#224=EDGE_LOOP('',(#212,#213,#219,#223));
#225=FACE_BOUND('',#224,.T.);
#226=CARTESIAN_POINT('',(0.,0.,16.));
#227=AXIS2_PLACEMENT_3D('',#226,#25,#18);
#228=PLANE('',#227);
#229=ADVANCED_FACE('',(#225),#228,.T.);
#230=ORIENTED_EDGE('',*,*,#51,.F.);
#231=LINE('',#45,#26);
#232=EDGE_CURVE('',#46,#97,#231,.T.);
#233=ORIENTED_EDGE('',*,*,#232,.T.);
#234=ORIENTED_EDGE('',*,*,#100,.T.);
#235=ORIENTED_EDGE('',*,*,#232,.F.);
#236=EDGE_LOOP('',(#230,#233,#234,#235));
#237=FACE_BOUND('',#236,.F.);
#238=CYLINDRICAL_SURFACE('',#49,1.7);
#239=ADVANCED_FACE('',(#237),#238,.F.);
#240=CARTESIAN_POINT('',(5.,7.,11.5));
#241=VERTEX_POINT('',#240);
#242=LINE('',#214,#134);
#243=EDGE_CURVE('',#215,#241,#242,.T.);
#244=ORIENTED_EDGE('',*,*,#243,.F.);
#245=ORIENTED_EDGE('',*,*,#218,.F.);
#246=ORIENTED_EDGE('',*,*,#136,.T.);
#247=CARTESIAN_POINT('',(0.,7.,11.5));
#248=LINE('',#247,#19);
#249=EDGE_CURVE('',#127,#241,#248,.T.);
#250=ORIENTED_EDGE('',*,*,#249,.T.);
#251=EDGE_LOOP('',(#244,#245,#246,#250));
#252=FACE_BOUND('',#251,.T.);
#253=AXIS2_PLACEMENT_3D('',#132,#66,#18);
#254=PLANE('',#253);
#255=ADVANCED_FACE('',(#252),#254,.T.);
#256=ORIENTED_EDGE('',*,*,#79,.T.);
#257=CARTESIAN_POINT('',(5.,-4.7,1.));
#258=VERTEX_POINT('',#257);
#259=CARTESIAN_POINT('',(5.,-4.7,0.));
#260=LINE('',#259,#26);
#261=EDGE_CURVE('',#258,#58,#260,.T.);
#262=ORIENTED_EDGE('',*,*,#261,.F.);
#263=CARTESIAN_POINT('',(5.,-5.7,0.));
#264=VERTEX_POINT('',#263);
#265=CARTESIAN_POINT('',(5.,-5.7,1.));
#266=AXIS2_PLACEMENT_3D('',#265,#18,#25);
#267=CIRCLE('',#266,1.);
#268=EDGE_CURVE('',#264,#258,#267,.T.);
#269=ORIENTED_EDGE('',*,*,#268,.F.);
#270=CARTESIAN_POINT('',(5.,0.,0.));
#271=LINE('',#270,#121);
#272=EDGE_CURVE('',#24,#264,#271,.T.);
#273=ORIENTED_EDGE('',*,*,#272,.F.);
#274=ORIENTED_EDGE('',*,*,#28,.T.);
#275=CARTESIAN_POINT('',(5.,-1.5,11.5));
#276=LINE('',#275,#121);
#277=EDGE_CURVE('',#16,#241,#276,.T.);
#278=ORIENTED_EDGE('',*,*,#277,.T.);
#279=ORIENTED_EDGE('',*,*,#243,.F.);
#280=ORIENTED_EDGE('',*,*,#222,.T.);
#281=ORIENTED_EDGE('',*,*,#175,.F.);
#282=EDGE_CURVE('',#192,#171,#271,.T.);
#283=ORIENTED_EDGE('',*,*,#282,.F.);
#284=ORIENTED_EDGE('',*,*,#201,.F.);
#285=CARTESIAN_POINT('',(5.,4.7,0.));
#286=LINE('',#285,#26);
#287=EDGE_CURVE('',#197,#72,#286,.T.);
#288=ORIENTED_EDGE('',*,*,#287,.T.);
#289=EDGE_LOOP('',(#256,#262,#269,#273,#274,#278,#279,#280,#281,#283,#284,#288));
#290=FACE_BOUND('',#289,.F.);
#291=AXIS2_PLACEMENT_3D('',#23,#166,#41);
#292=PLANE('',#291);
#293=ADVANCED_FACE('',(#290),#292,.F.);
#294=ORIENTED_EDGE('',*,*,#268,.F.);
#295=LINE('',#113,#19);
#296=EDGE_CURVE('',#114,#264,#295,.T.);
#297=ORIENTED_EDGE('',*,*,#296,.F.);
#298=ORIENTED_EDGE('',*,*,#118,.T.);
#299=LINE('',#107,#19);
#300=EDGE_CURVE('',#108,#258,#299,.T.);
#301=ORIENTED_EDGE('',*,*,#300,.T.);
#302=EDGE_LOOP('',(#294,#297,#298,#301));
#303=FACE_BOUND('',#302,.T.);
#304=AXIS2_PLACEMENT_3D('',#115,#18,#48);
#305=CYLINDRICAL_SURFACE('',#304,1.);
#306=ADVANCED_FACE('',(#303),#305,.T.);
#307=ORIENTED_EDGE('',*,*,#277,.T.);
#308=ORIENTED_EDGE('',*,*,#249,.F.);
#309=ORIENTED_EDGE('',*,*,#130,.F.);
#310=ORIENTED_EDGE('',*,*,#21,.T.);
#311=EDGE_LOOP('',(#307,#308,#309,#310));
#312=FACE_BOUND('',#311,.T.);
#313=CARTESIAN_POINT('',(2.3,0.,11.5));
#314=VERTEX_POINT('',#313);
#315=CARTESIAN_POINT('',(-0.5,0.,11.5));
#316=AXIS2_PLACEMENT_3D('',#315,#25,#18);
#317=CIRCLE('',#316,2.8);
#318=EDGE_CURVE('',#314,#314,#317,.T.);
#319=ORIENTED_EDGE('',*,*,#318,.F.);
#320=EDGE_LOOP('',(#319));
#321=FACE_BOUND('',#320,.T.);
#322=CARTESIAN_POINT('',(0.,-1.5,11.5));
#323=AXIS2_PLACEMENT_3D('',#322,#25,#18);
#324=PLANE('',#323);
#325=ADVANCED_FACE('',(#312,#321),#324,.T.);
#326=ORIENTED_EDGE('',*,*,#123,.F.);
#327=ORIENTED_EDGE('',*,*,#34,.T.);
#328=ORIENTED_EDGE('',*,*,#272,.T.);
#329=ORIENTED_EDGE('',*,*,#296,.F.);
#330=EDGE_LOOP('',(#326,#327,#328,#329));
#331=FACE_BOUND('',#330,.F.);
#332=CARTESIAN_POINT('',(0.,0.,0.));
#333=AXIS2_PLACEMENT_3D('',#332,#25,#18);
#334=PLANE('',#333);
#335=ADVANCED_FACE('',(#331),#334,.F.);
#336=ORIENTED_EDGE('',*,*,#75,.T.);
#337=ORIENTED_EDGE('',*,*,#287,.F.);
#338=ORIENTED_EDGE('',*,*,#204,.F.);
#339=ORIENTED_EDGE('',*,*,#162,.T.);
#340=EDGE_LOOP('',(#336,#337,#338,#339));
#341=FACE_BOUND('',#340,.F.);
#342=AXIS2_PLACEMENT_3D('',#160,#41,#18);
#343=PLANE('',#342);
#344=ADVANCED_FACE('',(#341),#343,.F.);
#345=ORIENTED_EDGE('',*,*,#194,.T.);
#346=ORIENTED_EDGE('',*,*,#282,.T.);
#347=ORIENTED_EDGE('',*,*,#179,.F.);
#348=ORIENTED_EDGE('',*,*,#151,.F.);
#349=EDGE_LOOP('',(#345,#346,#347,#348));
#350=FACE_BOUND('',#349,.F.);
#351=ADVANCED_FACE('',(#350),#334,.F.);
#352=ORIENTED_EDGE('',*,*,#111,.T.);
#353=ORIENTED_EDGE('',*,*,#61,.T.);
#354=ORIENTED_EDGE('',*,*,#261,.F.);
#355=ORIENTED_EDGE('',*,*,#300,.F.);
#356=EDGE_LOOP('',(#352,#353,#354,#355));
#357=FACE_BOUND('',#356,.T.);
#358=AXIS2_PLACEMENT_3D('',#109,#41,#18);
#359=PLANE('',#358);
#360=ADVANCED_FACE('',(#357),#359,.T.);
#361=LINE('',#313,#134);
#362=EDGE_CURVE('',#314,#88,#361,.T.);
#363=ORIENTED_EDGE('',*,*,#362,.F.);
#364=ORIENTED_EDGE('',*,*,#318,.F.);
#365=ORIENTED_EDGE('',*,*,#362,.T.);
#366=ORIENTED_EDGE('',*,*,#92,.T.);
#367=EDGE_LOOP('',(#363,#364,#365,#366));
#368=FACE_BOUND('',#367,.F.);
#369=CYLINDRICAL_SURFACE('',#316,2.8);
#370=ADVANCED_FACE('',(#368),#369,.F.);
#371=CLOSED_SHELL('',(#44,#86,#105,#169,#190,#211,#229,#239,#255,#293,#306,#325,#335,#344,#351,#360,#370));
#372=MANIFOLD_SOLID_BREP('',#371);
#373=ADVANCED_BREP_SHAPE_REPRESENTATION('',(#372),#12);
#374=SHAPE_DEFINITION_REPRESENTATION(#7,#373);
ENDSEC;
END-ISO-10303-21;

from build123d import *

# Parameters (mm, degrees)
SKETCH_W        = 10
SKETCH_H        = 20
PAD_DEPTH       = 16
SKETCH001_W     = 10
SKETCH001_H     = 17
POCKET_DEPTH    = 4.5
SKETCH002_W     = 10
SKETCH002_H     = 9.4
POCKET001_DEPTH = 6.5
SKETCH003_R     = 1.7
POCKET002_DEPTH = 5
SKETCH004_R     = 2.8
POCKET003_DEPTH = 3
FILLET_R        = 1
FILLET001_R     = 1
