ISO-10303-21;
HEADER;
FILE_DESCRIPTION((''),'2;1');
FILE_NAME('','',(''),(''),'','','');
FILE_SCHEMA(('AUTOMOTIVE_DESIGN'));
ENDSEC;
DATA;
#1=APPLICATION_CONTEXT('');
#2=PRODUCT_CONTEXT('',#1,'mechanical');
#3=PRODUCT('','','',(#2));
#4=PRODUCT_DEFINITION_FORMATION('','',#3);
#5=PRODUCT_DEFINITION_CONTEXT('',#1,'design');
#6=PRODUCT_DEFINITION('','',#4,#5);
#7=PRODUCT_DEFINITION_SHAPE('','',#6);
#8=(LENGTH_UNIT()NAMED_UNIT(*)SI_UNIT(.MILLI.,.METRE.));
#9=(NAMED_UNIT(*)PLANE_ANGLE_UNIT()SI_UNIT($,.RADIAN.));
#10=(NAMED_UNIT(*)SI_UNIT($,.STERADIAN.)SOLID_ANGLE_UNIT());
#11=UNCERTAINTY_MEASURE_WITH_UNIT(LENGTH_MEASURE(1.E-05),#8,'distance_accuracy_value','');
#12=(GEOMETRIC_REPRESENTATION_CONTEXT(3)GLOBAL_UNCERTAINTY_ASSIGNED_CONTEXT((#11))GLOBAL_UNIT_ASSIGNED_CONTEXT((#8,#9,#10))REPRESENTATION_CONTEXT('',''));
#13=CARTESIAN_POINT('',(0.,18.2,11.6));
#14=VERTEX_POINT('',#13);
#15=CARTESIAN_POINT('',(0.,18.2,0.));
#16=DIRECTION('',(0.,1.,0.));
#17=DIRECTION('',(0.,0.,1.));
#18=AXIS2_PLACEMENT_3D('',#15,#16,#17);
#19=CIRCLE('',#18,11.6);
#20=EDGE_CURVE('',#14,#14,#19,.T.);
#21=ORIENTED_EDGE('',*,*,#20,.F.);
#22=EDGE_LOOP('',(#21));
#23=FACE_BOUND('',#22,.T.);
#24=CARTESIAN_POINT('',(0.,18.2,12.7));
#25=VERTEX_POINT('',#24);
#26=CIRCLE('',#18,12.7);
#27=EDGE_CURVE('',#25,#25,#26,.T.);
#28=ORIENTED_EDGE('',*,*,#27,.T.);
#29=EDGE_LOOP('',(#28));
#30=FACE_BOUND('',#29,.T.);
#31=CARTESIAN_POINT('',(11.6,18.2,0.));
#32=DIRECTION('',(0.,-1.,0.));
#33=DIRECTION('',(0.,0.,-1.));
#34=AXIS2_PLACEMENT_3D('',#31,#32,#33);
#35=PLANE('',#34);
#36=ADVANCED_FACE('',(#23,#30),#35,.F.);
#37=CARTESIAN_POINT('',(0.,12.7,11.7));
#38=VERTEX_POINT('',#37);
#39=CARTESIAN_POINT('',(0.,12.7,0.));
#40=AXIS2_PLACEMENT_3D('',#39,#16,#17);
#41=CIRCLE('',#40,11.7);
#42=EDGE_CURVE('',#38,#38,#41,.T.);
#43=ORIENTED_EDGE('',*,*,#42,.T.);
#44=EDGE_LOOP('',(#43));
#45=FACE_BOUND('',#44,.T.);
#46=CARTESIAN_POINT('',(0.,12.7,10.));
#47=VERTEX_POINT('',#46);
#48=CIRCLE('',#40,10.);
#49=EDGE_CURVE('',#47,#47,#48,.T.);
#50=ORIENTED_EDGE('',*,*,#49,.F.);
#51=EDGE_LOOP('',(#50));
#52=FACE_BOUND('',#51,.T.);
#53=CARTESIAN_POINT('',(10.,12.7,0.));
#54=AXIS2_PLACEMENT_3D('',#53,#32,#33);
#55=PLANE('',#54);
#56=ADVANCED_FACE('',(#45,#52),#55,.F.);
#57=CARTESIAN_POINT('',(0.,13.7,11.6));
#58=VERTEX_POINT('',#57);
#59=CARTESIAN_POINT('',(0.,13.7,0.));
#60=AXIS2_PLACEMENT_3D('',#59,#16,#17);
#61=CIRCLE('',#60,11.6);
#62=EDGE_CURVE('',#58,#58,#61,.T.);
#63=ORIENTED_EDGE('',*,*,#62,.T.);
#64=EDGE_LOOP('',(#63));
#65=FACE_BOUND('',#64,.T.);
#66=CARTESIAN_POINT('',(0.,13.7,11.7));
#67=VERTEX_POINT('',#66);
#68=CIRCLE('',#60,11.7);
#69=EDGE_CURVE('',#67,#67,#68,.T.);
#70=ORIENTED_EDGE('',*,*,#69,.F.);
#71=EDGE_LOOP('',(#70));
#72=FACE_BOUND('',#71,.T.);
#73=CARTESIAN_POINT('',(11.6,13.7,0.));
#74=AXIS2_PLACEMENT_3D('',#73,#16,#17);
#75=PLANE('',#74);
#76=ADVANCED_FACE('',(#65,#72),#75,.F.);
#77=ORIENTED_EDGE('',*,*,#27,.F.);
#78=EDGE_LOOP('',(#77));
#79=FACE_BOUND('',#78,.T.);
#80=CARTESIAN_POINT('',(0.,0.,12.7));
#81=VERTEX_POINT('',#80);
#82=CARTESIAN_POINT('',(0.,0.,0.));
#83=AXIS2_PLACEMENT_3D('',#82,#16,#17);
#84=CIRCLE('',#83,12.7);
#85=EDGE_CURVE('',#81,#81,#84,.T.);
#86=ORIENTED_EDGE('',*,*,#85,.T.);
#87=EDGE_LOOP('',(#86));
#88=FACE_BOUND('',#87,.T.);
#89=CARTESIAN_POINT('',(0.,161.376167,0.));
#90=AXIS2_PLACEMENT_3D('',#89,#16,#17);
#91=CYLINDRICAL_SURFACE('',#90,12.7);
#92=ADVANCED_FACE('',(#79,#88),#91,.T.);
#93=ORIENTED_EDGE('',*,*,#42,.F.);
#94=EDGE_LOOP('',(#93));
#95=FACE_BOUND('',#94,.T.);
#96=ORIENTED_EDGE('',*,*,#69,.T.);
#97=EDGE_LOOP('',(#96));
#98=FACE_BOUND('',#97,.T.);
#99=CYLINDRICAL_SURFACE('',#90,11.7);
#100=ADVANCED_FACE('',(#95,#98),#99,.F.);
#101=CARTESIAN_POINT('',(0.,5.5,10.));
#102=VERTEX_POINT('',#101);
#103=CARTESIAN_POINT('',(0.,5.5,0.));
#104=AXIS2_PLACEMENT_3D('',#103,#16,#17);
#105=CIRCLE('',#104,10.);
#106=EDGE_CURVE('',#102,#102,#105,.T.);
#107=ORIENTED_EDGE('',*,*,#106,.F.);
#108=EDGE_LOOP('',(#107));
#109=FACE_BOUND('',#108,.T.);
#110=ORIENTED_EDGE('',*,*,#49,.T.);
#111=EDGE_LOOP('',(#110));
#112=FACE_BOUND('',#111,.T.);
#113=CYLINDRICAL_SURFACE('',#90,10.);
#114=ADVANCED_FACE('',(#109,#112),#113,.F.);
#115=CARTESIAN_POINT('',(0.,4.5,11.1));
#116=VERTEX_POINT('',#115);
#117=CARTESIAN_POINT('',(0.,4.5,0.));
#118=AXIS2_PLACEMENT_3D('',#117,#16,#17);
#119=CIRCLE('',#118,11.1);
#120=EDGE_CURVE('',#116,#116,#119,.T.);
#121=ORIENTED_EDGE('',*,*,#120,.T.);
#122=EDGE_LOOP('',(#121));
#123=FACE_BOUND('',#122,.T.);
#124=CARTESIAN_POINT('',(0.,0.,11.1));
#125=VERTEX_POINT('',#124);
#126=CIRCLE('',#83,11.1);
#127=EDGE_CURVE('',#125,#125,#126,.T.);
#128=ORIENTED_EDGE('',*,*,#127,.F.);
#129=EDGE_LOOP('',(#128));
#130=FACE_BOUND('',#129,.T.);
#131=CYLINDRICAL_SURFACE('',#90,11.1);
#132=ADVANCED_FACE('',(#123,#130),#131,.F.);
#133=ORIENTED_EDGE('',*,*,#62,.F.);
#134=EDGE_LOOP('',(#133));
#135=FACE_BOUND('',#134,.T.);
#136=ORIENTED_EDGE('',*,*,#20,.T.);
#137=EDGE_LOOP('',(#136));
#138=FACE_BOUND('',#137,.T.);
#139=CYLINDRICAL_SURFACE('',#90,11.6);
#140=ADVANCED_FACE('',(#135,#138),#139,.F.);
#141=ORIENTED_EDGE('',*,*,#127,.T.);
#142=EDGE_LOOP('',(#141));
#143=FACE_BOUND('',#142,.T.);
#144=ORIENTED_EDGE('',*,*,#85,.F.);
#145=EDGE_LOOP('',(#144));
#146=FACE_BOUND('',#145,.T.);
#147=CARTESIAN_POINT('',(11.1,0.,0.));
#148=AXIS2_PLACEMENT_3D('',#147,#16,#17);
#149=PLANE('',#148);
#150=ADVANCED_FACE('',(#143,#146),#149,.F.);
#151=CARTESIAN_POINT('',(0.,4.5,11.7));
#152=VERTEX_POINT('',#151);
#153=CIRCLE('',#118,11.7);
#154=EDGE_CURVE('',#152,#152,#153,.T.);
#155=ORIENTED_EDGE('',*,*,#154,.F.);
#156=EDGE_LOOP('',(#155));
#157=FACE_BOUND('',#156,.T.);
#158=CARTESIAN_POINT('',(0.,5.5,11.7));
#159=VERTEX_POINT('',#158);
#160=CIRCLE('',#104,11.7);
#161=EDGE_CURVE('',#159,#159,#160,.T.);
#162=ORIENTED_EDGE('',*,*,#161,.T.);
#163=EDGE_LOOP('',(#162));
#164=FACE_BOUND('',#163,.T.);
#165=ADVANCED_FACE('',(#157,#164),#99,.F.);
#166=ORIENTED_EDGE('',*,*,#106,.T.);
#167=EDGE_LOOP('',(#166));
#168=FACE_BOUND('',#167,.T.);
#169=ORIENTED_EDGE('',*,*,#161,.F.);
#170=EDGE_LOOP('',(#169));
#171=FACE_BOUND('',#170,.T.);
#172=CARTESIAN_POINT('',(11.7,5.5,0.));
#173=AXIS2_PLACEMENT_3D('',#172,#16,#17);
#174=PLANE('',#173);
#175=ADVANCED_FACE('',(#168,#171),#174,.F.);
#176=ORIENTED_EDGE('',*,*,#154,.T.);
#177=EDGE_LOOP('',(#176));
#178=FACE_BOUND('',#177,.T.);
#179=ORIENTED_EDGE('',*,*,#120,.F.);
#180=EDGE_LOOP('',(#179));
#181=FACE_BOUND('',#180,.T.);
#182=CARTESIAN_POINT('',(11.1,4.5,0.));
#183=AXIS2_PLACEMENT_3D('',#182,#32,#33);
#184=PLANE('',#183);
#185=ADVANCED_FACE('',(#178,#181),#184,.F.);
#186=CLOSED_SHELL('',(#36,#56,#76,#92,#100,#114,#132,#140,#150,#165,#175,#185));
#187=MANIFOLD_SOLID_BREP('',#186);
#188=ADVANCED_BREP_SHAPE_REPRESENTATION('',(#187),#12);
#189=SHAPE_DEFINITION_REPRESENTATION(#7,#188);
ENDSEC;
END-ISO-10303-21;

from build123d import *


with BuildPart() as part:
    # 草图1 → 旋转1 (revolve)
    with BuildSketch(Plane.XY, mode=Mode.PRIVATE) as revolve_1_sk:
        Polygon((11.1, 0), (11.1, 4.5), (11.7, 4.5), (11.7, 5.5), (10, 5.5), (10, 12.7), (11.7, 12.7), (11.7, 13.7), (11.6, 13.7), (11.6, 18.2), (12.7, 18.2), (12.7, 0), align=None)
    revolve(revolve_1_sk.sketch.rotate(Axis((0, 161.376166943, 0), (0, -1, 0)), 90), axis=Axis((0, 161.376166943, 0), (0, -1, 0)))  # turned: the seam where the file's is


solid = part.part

→ WHAT TO PRODUCE
Output the material above exactly, but only from the line that carries "#316=AXIS2_PLACEMENT_3D('',#315,#25,#18);" through the line that carries "#368=FACE_BOUND('',#367,.F.);".

→ RESPONSE TO THIS EXERCISE
#316=AXIS2_PLACEMENT_3D('',#315,#25,#18);
#317=CIRCLE('',#316,2.8);
#318=EDGE_CURVE('',#314,#314,#317,.T.);
#319=ORIENTED_EDGE('',*,*,#318,.F.);
#320=EDGE_LOOP('',(#319));
#321=FACE_BOUND('',#320,.T.);
#322=CARTESIAN_POINT('',(0.,-1.5,11.5));
#323=AXIS2_PLACEMENT_3D('',#322,#25,#18);
#324=PLANE('',#323);
#325=ADVANCED_FACE('',(#312,#321),#324,.T.);
#326=ORIENTED_EDGE('',*,*,#123,.F.);
#327=ORIENTED_EDGE('',*,*,#34,.T.);
#328=ORIENTED_EDGE('',*,*,#272,.T.);
#329=ORIENTED_EDGE('',*,*,#296,.F.);
#330=EDGE_LOOP('',(#326,#327,#328,#329));
#331=FACE_BOUND('',#330,.F.);
#332=CARTESIAN_POINT('',(0.,0.,0.));
#333=AXIS2_PLACEMENT_3D('',#332,#25,#18);
#334=PLANE('',#333);
#335=ADVANCED_FACE('',(#331),#334,.F.);
#336=ORIENTED_EDGE('',*,*,#75,.T.);
#337=ORIENTED_EDGE('',*,*,#287,.F.);
#338=ORIENTED_EDGE('',*,*,#204,.F.);
#339=ORIENTED_EDGE('',*,*,#162,.T.);
#340=EDGE_LOOP('',(#336,#337,#338,#339));
#341=FACE_BOUND('',#340,.F.);
#342=AXIS2_PLACEMENT_3D('',#160,#41,#18);
#343=PLANE('',#342);
#344=ADVANCED_FACE('',(#341),#343,.F.);
#345=ORIENTED_EDGE('',*,*,#194,.T.);
#346=ORIENTED_EDGE('',*,*,#282,.T.);
#347=ORIENTED_EDGE('',*,*,#179,.F.);
#348=ORIENTED_EDGE('',*,*,#151,.F.);
#349=EDGE_LOOP('',(#345,#346,#347,#348));
#350=FACE_BOUND('',#349,.F.);
#351=ADVANCED_FACE('',(#350),#334,.F.);
#352=ORIENTED_EDGE('',*,*,#111,.T.);
#353=ORIENTED_EDGE('',*,*,#61,.T.);
#354=ORIENTED_EDGE('',*,*,#261,.F.);
#355=ORIENTED_EDGE('',*,*,#300,.F.);
#356=EDGE_LOOP('',(#352,#353,#354,#355));
#357=FACE_BOUND('',#356,.T.);
#358=AXIS2_PLACEMENT_3D('',#109,#41,#18);
#359=PLANE('',#358);
#360=ADVANCED_FACE('',(#357),#359,.T.);
#361=LINE('',#313,#134);
#362=EDGE_CURVE('',#314,#88,#361,.T.);
#363=ORIENTED_EDGE('',*,*,#362,.F.);
#364=ORIENTED_EDGE('',*,*,#318,.F.);
#365=ORIENTED_EDGE('',*,*,#362,.T.);
#366=ORIENTED_EDGE('',*,*,#92,.T.);
#367=EDGE_LOOP('',(#363,#364,#365,#366));
#368=FACE_BOUND('',#367,.F.);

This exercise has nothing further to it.